PROBLEM REQUIREMENTS: Copy the records. Keep every line exactly as it is.

*** Opening of ENTRIES SUPPLIED ***

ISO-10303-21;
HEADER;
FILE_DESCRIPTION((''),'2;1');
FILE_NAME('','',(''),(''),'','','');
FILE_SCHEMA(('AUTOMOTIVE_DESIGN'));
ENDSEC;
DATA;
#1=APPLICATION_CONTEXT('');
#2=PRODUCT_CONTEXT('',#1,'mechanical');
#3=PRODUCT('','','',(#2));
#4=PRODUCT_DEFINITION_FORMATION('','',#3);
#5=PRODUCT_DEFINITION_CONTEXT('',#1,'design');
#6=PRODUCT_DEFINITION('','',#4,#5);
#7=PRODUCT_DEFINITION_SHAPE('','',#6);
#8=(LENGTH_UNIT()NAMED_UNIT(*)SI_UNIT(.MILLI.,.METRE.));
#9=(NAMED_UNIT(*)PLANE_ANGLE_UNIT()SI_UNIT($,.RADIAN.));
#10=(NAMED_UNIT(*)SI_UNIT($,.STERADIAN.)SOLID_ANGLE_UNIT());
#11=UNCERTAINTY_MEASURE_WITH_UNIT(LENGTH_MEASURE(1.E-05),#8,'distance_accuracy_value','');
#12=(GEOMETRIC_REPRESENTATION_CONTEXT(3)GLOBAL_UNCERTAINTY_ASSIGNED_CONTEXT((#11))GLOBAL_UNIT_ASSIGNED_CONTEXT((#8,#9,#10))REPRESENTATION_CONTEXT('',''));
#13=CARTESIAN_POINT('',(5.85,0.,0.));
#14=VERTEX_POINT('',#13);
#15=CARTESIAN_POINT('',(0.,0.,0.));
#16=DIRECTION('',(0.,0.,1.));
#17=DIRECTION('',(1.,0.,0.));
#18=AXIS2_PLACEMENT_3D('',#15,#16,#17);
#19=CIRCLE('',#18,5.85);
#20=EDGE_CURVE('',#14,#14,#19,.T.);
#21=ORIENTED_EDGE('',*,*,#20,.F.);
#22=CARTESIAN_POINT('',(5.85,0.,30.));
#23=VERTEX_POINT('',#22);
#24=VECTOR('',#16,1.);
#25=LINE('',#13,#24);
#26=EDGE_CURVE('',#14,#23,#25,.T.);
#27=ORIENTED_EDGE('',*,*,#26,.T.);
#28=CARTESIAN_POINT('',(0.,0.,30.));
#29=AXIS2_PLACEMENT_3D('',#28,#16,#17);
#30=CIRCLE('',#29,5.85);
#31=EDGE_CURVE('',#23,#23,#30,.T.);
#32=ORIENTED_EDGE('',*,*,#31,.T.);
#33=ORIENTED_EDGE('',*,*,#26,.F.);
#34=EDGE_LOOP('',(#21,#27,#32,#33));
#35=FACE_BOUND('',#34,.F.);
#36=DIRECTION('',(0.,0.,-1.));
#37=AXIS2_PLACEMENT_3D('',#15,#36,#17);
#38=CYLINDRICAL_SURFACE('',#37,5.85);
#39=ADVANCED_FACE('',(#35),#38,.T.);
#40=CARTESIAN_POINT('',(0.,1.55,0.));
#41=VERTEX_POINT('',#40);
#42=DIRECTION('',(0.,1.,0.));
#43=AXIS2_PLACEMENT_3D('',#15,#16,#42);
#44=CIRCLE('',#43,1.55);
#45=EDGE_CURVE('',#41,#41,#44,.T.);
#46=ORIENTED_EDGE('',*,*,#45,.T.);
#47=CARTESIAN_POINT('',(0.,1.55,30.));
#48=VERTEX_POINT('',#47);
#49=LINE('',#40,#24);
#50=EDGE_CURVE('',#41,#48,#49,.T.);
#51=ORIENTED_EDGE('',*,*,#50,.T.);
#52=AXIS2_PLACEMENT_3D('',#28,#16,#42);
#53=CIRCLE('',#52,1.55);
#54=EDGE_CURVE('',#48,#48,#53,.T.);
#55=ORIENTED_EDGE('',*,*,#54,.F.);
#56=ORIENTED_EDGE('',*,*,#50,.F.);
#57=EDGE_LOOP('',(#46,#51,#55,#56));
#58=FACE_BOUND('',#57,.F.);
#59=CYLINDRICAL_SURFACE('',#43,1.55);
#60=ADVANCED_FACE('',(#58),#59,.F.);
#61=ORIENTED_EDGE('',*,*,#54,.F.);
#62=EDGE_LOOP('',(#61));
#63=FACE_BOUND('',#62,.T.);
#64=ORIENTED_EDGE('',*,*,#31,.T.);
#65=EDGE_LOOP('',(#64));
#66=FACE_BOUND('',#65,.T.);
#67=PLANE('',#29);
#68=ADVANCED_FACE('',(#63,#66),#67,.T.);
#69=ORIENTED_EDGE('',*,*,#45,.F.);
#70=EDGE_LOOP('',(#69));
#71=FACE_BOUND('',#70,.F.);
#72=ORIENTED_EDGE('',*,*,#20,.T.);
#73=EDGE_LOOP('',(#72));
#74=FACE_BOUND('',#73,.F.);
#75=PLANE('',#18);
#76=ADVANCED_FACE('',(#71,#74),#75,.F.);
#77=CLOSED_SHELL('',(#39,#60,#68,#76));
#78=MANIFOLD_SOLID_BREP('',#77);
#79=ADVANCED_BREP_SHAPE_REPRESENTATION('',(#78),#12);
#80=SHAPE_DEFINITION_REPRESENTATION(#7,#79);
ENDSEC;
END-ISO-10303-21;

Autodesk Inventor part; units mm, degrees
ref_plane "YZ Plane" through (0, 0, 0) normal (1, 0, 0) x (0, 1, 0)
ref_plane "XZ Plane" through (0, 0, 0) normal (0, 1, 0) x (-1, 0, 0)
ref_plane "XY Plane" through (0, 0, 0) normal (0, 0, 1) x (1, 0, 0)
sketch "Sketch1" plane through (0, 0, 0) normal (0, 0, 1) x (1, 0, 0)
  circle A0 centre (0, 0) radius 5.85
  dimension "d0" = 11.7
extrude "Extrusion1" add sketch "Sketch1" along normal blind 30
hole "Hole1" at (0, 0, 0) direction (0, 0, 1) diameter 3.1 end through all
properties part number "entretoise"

*** Close of ENTRIES SUPPLIED ***

FINISHED EXERCISE:
ISO-10303-21;
HEADER;
FILE_DESCRIPTION((''),'2;1');
FILE_NAME('','',(''),(''),'','','');
FILE_SCHEMA(('AUTOMOTIVE_DESIGN'));
ENDSEC;
DATA;
#1=APPLICATION_CONTEXT('');
#2=PRODUCT_CONTEXT('',#1,'mechanical');
#3=PRODUCT('','','',(#2));
#4=PRODUCT_DEFINITION_FORMATION('','',#3);
#5=PRODUCT_DEFINITION_CONTEXT('',#1,'design');
#6=PRODUCT_DEFINITION('','',#4,#5);
#7=PRODUCT_DEFINITION_SHAPE('','',#6);
#8=(LENGTH_UNIT()NAMED_UNIT(*)SI_UNIT(.MILLI.,.METRE.));
#9=(NAMED_UNIT(*)PLANE_ANGLE_UNIT()SI_UNIT($,.RADIAN.));
#10=(NAMED_UNIT(*)SI_UNIT($,.STERADIAN.)SOLID_ANGLE_UNIT());
#11=UNCERTAINTY_MEASURE_WITH_UNIT(LENGTH_MEASURE(1.E-05),#8,'distance_accuracy_value','');
#12=(GEOMETRIC_REPRESENTATION_CONTEXT(3)GLOBAL_UNCERTAINTY_ASSIGNED_CONTEXT((#11))GLOBAL_UNIT_ASSIGNED_CONTEXT((#8,#9,#10))REPRESENTATION_CONTEXT('',''));
#13=CARTESIAN_POINT('',(5.85,0.,0.));
#14=VERTEX_POINT('',#13);
#15=CARTESIAN_POINT('',(0.,0.,0.));
#16=DIRECTION('',(0.,0.,1.));
#17=DIRECTION('',(1.,0.,0.));
#18=AXIS2_PLACEMENT_3D('',#15,#16,#17);
#19=CIRCLE('',#18,5.85);
#20=EDGE_CURVE('',#14,#14,#19,.T.);
#21=ORIENTED_EDGE('',*,*,#20,.F.);
#22=CARTESIAN_POINT('',(5.85,0.,30.));
#23=VERTEX_POINT('',#22);
#24=VECTOR('',#16,1.);
#25=LINE('',#13,#24);
#26=EDGE_CURVE('',#14,#23,#25,.T.);
#27=ORIENTED_EDGE('',*,*,#26,.T.);
#28=CARTESIAN_POINT('',(0.,0.,30.));
#29=AXIS2_PLACEMENT_3D('',#28,#16,#17);
#30=CIRCLE('',#29,5.85);
#31=EDGE_CURVE('',#23,#23,#30,.T.);
#32=ORIENTED_EDGE('',*,*,#31,.T.);
#33=ORIENTED_EDGE('',*,*,#26,.F.);
#34=EDGE_LOOP('',(#21,#27,#32,#33));
#35=FACE_BOUND('',#34,.F.);
#36=DIRECTION('',(0.,0.,-1.));
#37=AXIS2_PLACEMENT_3D('',#15,#36,#17);
#38=CYLINDRICAL_SURFACE('',#37,5.85);
#39=ADVANCED_FACE('',(#35),#38,.T.);
#40=CARTESIAN_POINT('',(0.,1.55,0.));
#41=VERTEX_POINT('',#40);
#42=DIRECTION('',(0.,1.,0.));
#43=AXIS2_PLACEMENT_3D('',#15,#16,#42);
#44=CIRCLE('',#43,1.55);
#45=EDGE_CURVE('',#41,#41,#44,.T.);
#46=ORIENTED_EDGE('',*,*,#45,.T.);
#47=CARTESIAN_POINT('',(0.,1.55,30.));
#48=VERTEX_POINT('',#47);
#49=LINE('',#40,#24);
#50=EDGE_CURVE('',#41,#48,#49,.T.);
#51=ORIENTED_EDGE('',*,*,#50,.T.);
#52=AXIS2_PLACEMENT_3D('',#28,#16,#42);
#53=CIRCLE('',#52,1.55);
#54=EDGE_CURVE('',#48,#48,#53,.T.);
#55=ORIENTED_EDGE('',*,*,#54,.F.);
#56=ORIENTED_EDGE('',*,*,#50,.F.);
#57=EDGE_LOOP('',(#46,#51,#55,#56));
#58=FACE_BOUND('',#57,.F.);
#59=CYLINDRICAL_SURFACE('',#43,1.55);
#60=ADVANCED_FACE('',(#58),#59,.F.);
#61=ORIENTED_EDGE('',*,*,#54,.F.);
#62=EDGE_LOOP('',(#61));
#63=FACE_BOUND('',#62,.T.);
#64=ORIENTED_EDGE('',*,*,#31,.T.);
#65=EDGE_LOOP('',(#64));
#66=FACE_BOUND('',#65,.T.);
#67=PLANE('',#29);
#68=ADVANCED_FACE('',(#63,#66),#67,.T.);
#69=ORIENTED_EDGE('',*,*,#45,.F.);
#70=EDGE_LOOP('',(#69));
#71=FACE_BOUND('',#70,.F.);
#72=ORIENTED_EDGE('',*,*,#20,.T.);
#73=EDGE_LOOP('',(#72));
#74=FACE_BOUND('',#73,.F.);
#75=PLANE('',#18);
#76=ADVANCED_FACE('',(#71,#74),#75,.F.);
#77=CLOSED_SHELL('',(#39,#60,#68,#76));
#78=MANIFOLD_SOLID_BREP('',#77);
#79=ADVANCED_BREP_SHAPE_REPRESENTATION('',(#78),#12);
#80=SHAPE_DEFINITION_REPRESENTATION(#7,#79);
ENDSEC;
END-ISO-10303-21;

Autodesk Inventor part; units mm, degrees
ref_plane "YZ Plane" through (0, 0, 0) normal (1, 0, 0) x (0, 1, 0)
ref_plane "XZ Plane" through (0, 0, 0) normal (0, 1, 0) x (-1, 0, 0)
ref_plane "XY Plane" through (0, 0, 0) normal (0, 0, 1) x (1, 0, 0)
sketch "Sketch1" plane through (0, 0, 0) normal (0, 0, 1) x (1, 0, 0)
  circle A0 centre (0, 0) radius 5.85
  dimension "d0" = 11.7
extrude "Extrusion1" add sketch "Sketch1" along normal blind 30
hole "Hole1" at (0, 0, 0) direction (0, 0, 1) diameter 3.1 end through all
properties part number "entretoise"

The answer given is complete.